3 Experimental Results and Analysis

Figure 2 shows an example of the application of filters (first the median filter and then the Gaussian) to the tomograms. The use of preprocessing significantly increases image quality, thus helping to reduce both salt and pepper and the mottled noises from the images.

Figure 3 shows examples of binarization in the tomograms.
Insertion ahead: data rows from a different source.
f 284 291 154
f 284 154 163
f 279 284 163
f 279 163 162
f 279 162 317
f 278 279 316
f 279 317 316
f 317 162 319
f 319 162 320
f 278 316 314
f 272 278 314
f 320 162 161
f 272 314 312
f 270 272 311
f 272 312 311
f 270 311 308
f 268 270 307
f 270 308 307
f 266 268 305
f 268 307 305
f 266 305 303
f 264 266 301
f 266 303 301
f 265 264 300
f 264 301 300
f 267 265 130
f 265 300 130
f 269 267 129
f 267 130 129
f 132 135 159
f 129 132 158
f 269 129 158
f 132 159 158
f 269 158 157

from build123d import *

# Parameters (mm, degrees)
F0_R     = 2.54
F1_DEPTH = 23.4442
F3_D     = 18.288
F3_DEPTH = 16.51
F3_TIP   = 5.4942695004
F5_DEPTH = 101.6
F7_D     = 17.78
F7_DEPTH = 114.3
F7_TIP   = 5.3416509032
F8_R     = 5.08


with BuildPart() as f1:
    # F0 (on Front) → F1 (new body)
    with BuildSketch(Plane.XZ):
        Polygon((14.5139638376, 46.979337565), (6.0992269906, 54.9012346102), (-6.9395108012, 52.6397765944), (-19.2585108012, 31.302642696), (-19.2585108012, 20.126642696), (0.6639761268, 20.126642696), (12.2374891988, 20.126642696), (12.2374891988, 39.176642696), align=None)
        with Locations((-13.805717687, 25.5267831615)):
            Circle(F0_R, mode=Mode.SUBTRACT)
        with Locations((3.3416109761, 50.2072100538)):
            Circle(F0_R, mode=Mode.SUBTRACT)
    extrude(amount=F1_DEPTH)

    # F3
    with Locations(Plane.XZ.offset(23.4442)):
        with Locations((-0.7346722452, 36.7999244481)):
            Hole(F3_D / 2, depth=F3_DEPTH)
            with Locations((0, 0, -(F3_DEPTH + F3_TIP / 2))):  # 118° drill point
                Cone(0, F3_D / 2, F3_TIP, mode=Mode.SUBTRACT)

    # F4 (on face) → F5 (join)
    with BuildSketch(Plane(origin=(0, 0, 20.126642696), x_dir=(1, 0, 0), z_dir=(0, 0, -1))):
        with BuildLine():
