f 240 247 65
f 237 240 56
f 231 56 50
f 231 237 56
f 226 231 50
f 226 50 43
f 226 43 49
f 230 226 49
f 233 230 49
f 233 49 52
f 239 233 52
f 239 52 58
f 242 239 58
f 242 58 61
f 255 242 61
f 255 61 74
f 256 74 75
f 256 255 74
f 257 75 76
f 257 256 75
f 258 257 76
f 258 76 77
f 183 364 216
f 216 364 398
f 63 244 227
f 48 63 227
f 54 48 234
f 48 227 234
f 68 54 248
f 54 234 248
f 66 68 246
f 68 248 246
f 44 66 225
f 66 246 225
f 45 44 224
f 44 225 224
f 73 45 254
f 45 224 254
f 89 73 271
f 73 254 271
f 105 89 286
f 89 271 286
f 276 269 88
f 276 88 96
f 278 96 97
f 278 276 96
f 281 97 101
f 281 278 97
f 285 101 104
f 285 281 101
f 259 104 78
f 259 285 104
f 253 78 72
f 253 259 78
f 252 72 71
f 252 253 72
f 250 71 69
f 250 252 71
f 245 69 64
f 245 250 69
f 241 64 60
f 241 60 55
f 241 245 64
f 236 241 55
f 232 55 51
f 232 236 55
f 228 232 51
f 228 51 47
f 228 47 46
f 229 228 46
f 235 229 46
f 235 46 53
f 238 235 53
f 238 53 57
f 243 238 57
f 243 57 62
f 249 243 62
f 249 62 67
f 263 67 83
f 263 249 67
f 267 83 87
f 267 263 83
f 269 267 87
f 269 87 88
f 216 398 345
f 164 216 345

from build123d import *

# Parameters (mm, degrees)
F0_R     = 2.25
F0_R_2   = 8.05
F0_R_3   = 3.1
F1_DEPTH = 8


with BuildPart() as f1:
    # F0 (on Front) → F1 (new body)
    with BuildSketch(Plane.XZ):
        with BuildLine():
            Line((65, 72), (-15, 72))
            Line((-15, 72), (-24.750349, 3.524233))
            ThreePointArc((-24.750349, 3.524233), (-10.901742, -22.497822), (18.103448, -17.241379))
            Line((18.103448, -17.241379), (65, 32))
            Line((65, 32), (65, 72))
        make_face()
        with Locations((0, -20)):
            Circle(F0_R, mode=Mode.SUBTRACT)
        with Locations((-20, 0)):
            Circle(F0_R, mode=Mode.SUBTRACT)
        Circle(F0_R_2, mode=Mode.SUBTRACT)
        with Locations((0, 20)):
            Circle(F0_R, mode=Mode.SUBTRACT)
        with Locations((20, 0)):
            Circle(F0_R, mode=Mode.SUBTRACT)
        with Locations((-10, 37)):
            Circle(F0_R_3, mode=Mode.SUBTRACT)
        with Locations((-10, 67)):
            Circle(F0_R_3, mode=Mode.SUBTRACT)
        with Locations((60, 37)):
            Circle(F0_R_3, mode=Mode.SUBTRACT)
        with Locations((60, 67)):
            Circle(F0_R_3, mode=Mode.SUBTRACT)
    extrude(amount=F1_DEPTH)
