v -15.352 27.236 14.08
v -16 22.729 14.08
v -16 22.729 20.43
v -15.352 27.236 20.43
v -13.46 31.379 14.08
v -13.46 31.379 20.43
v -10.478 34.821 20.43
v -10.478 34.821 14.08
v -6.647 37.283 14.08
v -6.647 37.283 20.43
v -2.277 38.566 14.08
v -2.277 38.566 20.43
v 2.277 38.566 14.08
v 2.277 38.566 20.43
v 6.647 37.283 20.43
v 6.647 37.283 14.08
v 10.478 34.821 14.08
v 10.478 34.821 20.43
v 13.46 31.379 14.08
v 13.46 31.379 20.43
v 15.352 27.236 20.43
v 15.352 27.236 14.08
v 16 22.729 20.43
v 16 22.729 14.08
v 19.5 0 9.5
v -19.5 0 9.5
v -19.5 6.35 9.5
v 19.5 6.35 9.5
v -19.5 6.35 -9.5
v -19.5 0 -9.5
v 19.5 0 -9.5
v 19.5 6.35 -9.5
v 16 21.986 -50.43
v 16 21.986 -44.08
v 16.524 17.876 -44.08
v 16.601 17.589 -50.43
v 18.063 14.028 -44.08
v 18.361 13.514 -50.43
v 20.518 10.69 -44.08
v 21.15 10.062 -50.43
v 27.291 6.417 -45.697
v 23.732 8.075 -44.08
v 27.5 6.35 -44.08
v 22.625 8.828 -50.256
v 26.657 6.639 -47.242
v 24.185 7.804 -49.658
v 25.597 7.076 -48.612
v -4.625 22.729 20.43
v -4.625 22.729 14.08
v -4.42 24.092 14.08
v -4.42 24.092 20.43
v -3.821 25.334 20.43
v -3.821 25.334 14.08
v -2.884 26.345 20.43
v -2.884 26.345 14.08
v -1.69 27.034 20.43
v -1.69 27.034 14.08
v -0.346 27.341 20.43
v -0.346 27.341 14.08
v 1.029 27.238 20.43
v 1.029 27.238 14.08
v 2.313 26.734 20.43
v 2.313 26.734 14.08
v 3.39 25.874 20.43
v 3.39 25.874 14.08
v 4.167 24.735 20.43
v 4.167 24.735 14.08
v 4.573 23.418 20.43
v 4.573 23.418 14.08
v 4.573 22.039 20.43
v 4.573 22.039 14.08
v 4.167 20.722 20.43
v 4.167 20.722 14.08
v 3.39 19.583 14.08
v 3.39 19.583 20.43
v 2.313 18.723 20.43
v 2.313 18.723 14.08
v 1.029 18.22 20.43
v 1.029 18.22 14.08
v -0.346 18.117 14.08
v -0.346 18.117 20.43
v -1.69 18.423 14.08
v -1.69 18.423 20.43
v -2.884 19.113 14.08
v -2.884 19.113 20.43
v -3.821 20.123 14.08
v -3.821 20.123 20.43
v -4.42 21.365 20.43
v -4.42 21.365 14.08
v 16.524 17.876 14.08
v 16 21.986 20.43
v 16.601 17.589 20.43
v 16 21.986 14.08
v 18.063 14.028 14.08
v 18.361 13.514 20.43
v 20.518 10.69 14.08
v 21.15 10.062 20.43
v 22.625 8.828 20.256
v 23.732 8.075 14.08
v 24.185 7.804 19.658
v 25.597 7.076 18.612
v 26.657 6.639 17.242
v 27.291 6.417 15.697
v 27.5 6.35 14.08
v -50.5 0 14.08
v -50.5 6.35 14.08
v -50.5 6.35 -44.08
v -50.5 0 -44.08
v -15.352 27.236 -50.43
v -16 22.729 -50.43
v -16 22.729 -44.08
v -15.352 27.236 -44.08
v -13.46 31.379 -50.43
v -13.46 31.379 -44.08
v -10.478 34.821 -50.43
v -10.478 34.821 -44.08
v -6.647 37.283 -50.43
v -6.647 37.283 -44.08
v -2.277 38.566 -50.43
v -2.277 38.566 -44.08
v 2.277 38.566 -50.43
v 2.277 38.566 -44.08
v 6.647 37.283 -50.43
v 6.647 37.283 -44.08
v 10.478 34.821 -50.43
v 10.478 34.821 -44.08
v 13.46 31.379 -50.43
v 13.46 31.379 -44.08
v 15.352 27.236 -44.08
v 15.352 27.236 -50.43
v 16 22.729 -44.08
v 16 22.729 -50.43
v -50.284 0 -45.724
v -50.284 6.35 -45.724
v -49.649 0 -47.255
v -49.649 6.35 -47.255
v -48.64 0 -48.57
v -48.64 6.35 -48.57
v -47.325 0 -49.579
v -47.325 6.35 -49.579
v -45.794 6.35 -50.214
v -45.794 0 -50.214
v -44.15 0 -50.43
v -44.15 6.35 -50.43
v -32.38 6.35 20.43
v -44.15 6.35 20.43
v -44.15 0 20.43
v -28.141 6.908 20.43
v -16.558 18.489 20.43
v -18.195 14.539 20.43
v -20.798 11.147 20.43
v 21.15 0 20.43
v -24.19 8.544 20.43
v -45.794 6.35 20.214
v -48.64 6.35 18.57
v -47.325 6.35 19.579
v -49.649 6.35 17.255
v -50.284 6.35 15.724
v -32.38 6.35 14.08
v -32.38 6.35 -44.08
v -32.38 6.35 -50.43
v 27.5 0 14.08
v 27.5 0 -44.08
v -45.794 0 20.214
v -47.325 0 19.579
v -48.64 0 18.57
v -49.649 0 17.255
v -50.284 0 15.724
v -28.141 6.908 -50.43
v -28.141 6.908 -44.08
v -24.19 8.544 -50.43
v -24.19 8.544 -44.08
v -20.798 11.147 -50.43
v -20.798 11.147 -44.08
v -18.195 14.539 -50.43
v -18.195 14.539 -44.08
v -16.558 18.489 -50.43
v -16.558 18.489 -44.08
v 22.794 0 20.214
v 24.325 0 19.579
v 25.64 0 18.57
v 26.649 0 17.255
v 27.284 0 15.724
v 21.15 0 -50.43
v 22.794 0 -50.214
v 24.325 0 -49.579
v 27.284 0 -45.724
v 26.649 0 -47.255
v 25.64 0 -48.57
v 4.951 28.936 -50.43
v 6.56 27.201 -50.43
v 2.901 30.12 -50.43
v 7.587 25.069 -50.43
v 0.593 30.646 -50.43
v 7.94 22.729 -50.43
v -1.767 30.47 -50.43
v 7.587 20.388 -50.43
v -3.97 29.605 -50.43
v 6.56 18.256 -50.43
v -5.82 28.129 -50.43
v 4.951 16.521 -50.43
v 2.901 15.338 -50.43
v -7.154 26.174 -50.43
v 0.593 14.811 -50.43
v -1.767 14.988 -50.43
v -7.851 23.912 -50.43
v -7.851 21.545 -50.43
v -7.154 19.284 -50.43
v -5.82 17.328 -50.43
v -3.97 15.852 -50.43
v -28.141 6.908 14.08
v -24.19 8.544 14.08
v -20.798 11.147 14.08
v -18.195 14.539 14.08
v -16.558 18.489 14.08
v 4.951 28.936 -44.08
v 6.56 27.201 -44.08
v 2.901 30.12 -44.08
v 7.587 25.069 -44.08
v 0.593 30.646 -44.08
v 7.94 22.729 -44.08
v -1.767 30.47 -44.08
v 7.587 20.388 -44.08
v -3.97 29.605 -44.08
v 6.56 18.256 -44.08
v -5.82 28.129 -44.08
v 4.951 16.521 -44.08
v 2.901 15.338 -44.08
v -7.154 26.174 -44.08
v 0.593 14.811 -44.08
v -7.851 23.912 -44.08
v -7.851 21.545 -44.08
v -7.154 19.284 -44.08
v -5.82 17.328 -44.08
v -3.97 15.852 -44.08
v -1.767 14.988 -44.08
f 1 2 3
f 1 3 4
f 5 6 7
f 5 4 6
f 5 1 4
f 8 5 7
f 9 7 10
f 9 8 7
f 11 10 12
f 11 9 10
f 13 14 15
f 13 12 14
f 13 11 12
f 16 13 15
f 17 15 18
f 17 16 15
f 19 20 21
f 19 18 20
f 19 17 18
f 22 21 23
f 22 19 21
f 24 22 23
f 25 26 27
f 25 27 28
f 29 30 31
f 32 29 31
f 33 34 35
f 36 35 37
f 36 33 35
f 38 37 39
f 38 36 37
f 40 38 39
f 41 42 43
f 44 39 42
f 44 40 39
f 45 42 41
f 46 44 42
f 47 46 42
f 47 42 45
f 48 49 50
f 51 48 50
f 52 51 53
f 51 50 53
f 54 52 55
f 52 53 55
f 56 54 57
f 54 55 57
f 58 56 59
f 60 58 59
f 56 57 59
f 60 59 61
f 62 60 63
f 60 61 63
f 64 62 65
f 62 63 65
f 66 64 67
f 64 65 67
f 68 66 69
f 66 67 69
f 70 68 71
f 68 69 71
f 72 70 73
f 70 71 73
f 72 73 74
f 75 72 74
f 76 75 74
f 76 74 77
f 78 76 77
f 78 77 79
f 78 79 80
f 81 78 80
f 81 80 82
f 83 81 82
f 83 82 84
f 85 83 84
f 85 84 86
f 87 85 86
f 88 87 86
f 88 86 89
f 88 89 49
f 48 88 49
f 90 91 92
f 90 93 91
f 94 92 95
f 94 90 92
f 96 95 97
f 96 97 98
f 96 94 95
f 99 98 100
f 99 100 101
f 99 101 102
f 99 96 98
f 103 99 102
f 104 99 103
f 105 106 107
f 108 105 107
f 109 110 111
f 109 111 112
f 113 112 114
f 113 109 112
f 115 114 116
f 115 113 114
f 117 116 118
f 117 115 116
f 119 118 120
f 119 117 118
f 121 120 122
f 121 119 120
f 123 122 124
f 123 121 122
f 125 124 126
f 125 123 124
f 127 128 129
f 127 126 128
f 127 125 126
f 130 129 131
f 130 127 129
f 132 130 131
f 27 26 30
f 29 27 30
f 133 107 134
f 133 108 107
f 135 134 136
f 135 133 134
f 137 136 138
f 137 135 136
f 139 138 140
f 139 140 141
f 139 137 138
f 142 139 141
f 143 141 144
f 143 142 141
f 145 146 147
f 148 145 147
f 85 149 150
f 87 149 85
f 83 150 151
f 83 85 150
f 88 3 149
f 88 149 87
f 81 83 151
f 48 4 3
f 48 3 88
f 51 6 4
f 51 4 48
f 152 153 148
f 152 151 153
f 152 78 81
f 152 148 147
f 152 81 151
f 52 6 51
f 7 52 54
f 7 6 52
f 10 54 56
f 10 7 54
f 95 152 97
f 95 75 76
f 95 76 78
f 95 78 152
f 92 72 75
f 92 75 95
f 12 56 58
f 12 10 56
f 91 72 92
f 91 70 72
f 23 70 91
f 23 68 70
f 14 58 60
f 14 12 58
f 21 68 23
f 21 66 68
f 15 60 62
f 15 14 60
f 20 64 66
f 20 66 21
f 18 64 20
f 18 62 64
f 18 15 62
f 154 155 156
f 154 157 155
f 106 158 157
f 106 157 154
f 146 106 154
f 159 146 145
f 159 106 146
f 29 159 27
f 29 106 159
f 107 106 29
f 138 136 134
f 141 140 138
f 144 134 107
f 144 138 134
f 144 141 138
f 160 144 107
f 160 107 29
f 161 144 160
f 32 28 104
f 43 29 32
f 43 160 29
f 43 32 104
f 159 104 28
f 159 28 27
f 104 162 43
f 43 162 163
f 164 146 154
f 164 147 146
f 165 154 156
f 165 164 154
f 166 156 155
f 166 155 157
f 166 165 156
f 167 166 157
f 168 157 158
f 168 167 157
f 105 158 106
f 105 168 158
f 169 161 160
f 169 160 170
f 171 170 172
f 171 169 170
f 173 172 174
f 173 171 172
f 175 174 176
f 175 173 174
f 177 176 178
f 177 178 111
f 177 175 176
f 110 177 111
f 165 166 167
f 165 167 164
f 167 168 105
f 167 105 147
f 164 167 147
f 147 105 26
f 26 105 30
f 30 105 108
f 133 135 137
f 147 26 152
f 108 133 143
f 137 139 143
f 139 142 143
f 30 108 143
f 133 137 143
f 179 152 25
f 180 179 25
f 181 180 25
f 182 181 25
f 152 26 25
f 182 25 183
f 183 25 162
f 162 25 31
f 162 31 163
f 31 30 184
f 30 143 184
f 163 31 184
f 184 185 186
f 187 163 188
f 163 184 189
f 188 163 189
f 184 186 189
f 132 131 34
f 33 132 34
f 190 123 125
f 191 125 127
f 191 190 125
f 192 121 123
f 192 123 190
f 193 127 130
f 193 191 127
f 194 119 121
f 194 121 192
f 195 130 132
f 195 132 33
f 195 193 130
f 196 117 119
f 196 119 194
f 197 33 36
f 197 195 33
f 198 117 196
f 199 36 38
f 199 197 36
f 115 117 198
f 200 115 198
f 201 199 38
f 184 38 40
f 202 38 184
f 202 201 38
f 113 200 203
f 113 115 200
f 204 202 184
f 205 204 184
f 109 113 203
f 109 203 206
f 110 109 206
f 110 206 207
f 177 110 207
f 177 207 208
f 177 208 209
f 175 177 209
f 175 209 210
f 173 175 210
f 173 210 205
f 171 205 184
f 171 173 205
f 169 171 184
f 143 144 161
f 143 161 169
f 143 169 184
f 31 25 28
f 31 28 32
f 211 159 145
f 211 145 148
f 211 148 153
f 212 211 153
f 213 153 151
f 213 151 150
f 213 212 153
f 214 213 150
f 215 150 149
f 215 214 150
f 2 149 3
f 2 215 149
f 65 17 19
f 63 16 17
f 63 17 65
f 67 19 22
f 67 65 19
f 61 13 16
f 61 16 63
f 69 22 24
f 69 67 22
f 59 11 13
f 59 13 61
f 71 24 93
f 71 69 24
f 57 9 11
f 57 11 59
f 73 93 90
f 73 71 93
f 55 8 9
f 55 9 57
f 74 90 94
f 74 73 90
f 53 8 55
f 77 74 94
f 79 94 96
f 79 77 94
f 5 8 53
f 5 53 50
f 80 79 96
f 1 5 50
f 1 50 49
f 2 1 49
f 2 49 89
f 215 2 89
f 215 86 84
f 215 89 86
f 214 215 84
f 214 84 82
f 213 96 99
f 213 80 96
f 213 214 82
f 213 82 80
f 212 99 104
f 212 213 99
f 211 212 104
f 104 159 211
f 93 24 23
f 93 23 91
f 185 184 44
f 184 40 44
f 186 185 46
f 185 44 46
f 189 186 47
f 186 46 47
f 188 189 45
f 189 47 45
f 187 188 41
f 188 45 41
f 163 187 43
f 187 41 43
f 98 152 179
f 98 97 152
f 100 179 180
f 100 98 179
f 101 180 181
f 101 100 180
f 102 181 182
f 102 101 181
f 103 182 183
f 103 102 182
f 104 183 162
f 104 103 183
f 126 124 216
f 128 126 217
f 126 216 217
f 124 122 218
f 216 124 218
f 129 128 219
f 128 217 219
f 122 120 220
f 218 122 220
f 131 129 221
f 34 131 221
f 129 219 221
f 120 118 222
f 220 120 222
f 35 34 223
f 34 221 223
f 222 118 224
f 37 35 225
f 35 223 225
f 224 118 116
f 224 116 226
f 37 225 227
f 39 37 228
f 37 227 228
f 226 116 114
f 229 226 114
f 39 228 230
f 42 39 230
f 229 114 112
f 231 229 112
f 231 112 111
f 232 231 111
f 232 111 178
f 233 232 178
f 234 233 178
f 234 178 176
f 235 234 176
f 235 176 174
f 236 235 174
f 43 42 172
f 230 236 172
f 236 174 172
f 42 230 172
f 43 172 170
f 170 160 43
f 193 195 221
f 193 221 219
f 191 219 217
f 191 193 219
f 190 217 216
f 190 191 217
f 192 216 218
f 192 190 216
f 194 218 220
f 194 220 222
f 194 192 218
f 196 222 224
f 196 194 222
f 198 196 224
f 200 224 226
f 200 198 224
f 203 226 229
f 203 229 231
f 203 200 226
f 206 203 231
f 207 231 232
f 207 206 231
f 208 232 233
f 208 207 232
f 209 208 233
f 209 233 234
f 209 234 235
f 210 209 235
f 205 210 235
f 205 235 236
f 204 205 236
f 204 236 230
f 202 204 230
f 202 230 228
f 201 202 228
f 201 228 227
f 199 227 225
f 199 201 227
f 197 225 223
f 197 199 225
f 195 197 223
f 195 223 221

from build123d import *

# Parameters (mm, degrees)
SKETCH1_W            = 55
SKETCH1_H            = 70.86
SKETCH1_W_2          = 39
SKETCH1_H_2          = 19
BOSS_EXTRUDE1_DEPTH  = 6.35
SKETCH12_R           = 7.94
BOSS_EXTRUDE11_DEPTH = 6.35
BOSS_EXTRUDE14_START = -6.35
BOSS_EXTRUDE14_DEPTH = 6.35
SKETCH15_W           = 23
SKETCH15_H           = 70.86
BOSS_EXTRUDE13_DEPTH = 6.35
FILLET2_R            = 16.38
FILLET3_R            = 6.35
CUT_EXTRUDE1_REACH   = 92.618
SKETCH17_R           = 4.625


with BuildPart() as part:
    # Sketch1 → Boss-Extrude1 (new body)
    with BuildSketch(Plane(origin=(0, 0, 0), x_dir=(1, 0, 0), z_dir=(0, 1, 0))):
        with Locations((0, 15)):
            Rectangle(SKETCH1_W, SKETCH1_H)
        Rectangle(SKETCH1_W_2, SKETCH1_H_2, mode=Mode.SUBTRACT)
    extrude(amount=BOSS_EXTRUDE1_DEPTH)

    # Sketch12 → Boss-Extrude11 (add)
    with BuildSketch(Plane.XY.offset(-50.43)):
        with BuildLine():
            Line((16, 22.728660684), (16, 6.35))
            Line((16, 6.35), (-16, 6.35))
            Line((-16, 6.35), (-16, 22.728660684))
            ThreePointArc((-16, 22.728660684), (0, 38.728660684), (16, 22.728660684))
        make_face()
        with Locations((0, 22.728660684)):
            Circle(SKETCH12_R, mode=Mode.SUBTRACT)
    extrude(amount=BOSS_EXTRUDE11_DEPTH)

    # Sketch16 → Boss-Extrude14 (add)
By means of the segmentation, the pulmonary region could be obtained, which allowed to improve the performance of the CNN.

Fig. 3.
figure 3

(a, b) original images of slices, and (c, d) binarized slices

Table 3. Results obtained from the comparison experiments without using Dropout

Table 3 gives a summary of the experiments performed without using Dropout while Table 4 reports the experiments carried out with a 0.0002 Dropout rate. Also tests were performed with/without preprocessing, with/without segmentation and with different number of tomograms. Performance was compared between Adam and Nadam optimizers. When carrying out the segmentation, better results were obtained, however, the execution time increased. In most tests (both using the Dropout layer and without using it), in which preprocessing was not carried out, better results were observed using the Nadam optimizer and a shorter runtime. When Dropout was not applied, preprocessing was performed and the Nadam optimizer was used, in some cases the runtime increased, compared to the Adam optimizer. So when the Dropout layer is not used, it is recommended to use the Nadam optimizer on images that have not been preprocessed, instead the Adam optimizer is suggested for images that were preprocessed.
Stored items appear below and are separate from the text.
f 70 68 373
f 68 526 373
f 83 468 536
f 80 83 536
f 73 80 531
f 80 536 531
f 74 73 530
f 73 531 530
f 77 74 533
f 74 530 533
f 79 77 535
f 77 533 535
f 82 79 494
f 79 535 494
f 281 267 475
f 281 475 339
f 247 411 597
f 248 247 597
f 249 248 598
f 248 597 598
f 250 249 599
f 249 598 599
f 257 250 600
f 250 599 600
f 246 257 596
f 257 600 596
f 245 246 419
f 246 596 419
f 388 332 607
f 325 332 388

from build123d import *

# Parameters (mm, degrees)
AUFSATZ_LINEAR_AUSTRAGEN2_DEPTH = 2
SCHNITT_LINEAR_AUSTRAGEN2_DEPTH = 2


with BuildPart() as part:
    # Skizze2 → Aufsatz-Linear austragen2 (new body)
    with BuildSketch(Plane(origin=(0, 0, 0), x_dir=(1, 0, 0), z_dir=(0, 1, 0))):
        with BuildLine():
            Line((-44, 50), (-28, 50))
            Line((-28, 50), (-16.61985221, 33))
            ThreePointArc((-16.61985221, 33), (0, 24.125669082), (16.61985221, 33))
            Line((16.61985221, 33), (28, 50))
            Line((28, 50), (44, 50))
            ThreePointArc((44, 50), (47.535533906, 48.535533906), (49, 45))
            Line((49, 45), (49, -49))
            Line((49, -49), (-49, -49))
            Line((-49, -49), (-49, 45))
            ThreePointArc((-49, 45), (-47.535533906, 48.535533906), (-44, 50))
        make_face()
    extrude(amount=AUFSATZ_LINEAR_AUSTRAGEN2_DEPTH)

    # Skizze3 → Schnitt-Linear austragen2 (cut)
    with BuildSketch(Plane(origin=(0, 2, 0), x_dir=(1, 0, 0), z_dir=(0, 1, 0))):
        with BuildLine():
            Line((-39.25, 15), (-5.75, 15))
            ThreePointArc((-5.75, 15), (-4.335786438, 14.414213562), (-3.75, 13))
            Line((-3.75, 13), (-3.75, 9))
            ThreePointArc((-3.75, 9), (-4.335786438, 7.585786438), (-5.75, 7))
Table 4. Results obtained from the comparison experiments using Dropout
Fig. 4.
figure 4

Influence of the optimizer, preprocessing and segmentation in the accurate identification of tomograms of lung nodules

Figure 4 shows the average accuracy of training and testing in the experiments performed. On average, the Adam optimizer obtained a training accuracy of 96.17%, test accuracy of 95.23% and training time of 31.95 min in \(96\times 96\) pixel images. In contrast, the Nadam optimizer obtained 96.25%, 95.2% and 33.23 min respectively. It was observed that when using the Nadam optimizer slightly better results are obtained than when those furnished by Adam. In addition, accuracy using only segmentation is better than when it is combined with preprocessing.

4 Conclusions

An experimental analysis was performed through the preprocessing, segmentation and optimizer on images of Lung TIME dataset resized to \(96\times 96\) pixels. It is concluded that convolutional neural networks have excellent performance in the identification of tomograms with nodules, obtaining training accuracy above 90.24% and test accuracy above 86.8%, even when working with images with noise. It is suggested that when working with CT thorax scans, no preprocessing be applied and only segmentation can be performed, since better results were observed in this case (a training accuracy above 97.19% and test accuracy above 95.07% were obtained), compared to applying preprocessing and segmentation (a training accuracy above 96.41% and test accuracy above 94.71% were obtained). In addition, the use of preprocessing significantly increases runtime. On average, the Adam optimizer obtained a training accuracy of 96.17%, test accuracy of 95.23% and training time of 31.95 min. In contrast, the Nadam optimizer obtained 96.25%, 95.2% and 33.23 min, respectively. When Dropout is not applied and preprocessing is performed, it is recommended to use the Adam optimizer. On the contrary, the Nadam optimizer is recommended when no preprocessing on the tomogram is performed. Applying segmentation is an excellent option when accurate results are required. We would like to remark that the model obtained can be used as part of a computer-assisted diagnostic system on lung cancer research. As future work, the location of the nodules in the tomograms identified is proposed. In addition, it would be interesting to compare the performance of different preprocessing techniques.